# WHAT NEEDS TO BE DONE:
In the data below, find every line with the word "BuildSketch" and copy it.

# DATA SUPPLIED:
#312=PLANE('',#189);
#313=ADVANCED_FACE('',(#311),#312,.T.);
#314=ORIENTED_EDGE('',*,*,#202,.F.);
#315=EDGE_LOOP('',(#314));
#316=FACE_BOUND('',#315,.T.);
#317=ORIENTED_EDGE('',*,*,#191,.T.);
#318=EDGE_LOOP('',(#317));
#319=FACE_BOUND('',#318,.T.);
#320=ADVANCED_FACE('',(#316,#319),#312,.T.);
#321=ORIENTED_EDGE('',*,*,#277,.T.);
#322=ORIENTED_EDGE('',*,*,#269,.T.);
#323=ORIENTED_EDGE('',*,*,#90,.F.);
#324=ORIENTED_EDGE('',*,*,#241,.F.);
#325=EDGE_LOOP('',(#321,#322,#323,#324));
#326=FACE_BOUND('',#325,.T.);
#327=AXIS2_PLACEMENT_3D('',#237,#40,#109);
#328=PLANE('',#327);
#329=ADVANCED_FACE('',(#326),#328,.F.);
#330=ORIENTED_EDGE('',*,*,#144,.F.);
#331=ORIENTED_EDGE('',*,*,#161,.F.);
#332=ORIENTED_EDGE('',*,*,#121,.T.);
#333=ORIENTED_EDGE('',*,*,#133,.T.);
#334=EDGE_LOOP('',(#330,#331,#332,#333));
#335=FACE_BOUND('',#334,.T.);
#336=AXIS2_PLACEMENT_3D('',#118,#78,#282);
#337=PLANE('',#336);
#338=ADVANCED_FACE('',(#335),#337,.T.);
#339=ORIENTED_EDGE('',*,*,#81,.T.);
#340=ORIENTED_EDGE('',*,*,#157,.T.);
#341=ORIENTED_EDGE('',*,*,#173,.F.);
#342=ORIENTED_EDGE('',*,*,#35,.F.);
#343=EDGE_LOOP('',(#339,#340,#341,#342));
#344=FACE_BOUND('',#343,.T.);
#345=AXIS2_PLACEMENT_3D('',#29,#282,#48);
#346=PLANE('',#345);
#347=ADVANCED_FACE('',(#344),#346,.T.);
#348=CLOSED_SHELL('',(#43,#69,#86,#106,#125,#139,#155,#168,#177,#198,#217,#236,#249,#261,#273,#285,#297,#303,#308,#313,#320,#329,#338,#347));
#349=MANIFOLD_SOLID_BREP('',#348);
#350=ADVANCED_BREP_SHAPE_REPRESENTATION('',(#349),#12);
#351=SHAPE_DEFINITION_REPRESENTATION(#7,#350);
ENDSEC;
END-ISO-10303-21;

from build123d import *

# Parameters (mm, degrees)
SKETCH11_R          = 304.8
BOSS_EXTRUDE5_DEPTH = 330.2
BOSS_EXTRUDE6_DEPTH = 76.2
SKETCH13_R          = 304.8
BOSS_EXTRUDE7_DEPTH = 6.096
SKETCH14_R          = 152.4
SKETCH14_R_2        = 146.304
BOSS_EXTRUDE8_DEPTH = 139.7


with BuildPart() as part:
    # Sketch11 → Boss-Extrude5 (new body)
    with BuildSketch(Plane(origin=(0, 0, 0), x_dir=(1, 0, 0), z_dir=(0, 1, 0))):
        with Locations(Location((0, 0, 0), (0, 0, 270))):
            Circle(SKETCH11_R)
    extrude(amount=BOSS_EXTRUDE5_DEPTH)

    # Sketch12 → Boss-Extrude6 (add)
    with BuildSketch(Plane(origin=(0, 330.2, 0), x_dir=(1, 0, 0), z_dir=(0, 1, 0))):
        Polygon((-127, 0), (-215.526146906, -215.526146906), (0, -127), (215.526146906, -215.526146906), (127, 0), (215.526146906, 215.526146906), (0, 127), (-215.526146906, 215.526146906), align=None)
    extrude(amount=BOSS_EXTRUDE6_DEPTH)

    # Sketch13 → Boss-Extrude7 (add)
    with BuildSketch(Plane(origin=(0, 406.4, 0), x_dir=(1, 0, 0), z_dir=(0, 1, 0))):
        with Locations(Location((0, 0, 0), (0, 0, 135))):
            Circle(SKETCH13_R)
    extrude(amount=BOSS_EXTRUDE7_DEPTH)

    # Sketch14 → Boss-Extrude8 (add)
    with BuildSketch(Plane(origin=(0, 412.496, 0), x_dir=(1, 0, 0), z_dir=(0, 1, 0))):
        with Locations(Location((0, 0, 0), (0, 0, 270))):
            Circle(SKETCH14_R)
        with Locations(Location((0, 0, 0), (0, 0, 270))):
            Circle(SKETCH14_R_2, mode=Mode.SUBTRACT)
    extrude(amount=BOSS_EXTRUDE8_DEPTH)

# RESPONSE AREA:
    with BuildSketch(Plane(origin=(0, 0, 0), x_dir=(1, 0, 0), z_dir=(0, 1, 0))):
    with BuildSketch(Plane(origin=(0, 330.2, 0), x_dir=(1, 0, 0), z_dir=(0, 1, 0))):
    with BuildSketch(Plane(origin=(0, 406.4, 0), x_dir=(1, 0, 0), z_dir=(0, 1, 0))):
    with BuildSketch(Plane(origin=(0, 412.496, 0), x_dir=(1, 0, 0), z_dir=(0, 1, 0))):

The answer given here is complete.